Они были крайне заинтересованы. Большинство поняли мою точку зрения. Они осознали, что перемены в Америке, вероятно, наступят в результате эволюции, а не революции. Я сказала им, что наш президент скорее вел за собой большинство, чем плелся за ним в хвосте; что он был более либеральным и демократическим, чем все предыдущие наши президенты, за исключением Линкольна. Но одного человека неграмотного я не убедила. Было только одно лекарство от неравенства. Рабочий класс должен восстать, неважно — в меньшинстве он или в большинстве. Капиталистам нужно отрубить головы. Он сам хотел рубить их одна за другой. В мерцающем свете мне померещилось, что он выхватил нож, я почувствовала это. Но остальные были против подобных методов. Они заткнули этого подстрекателя. Их смышленость изумляла. Многие никогда не ходили в школу, но тем не менее знали о ситуации как в Америке, так и Европе. Их разговор не сводился лишь к зарплате и еде, но затрагивал вопросы мировой политики.
Вероятно, ни в одной другой цивилизованной стране нет столько неграмотных. Но даже те русские, которые не умеют читать или писать, умеют думать и излагать свои мысли.
К тому времени прибыл комендант, и меня повели проводить мою инспекцию. Массивность старой крепости впечатляла. Стены были толщиной в несколько футов. Никакой звук не мог проникнуть сквозь них. Коридоры были как склепы. Здесь ты был похоронен заживо.

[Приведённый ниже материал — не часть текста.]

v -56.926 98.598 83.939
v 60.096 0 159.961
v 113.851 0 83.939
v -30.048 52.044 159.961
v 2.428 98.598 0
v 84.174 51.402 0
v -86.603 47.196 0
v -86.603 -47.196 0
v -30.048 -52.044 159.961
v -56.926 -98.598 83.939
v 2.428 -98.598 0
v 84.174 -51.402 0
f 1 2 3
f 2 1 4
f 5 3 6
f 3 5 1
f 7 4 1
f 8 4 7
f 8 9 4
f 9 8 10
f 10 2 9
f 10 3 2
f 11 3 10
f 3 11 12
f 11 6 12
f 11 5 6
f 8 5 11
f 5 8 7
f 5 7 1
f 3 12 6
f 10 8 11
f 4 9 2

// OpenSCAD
$fn =3;

inner_edge = 300;
clip_edge = inner_edge * (13/8);




module tetrahedron(edge){
    ht = sqrt(2/3)*edge;
    rad = edge/(sqrt(3));

    cylinder(h=ht,r1=rad,r2=0);
}

intersection(){
    tetrahedron(inner_edge);
    translate([0,0,clip_edge * (21/64)]){
        rotate(180,[0,1,0]){
            tetrahedron(clip_edge);
        }
    }
}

Моя просьба взять интервью у заключенных была немедленно удовлетворена. Меня сопроводили в камеру, и большевистский охранник удалился. Это была комната размером двенадцать на четырнадцать футов, с высоким потолком. В ней было одно маленькое окно высоко на стене. В него невозможно было смотреть, и в дневное время сквозь него проникал внутрь лишь скудный свет. Здесь был каменный пол, а стены были побелены. Камера выглядела чистой, но холодной. В ней стояла влажная холодная атмосфера тюрьмы. Но одна электрическая лампа горела ярко. Она стояла на столе у железной койки. Еще из мебели тут был только стул.
Обитателем этой камеры был бывший министр финансов — человек лет пятидесяти, с седыми волосами и бородой. Он вежливо предложил мне стул и сел на койку. И снова у меня было ощущение перевернутого шиворот-навыворот мира. Рабочие с примкнутыми штыками стояли у двери, в то время как эрудированный министр финансов смиренно сидел на тюремной койке и разговаривал со мной. Он учил как раз английскую грамматику, так как не мог говорить по-английски. Мы разговаривали на французском языке. Он философски принимал свою судьбу. Он не жаловался на условия содержания. К нему и остальным, по его словам, относились как к политическим заключенным. Они могли получать пищу извне, имели право на письма и посещения членов своих семей, имели возможность читать и писать столько, сколько хотели.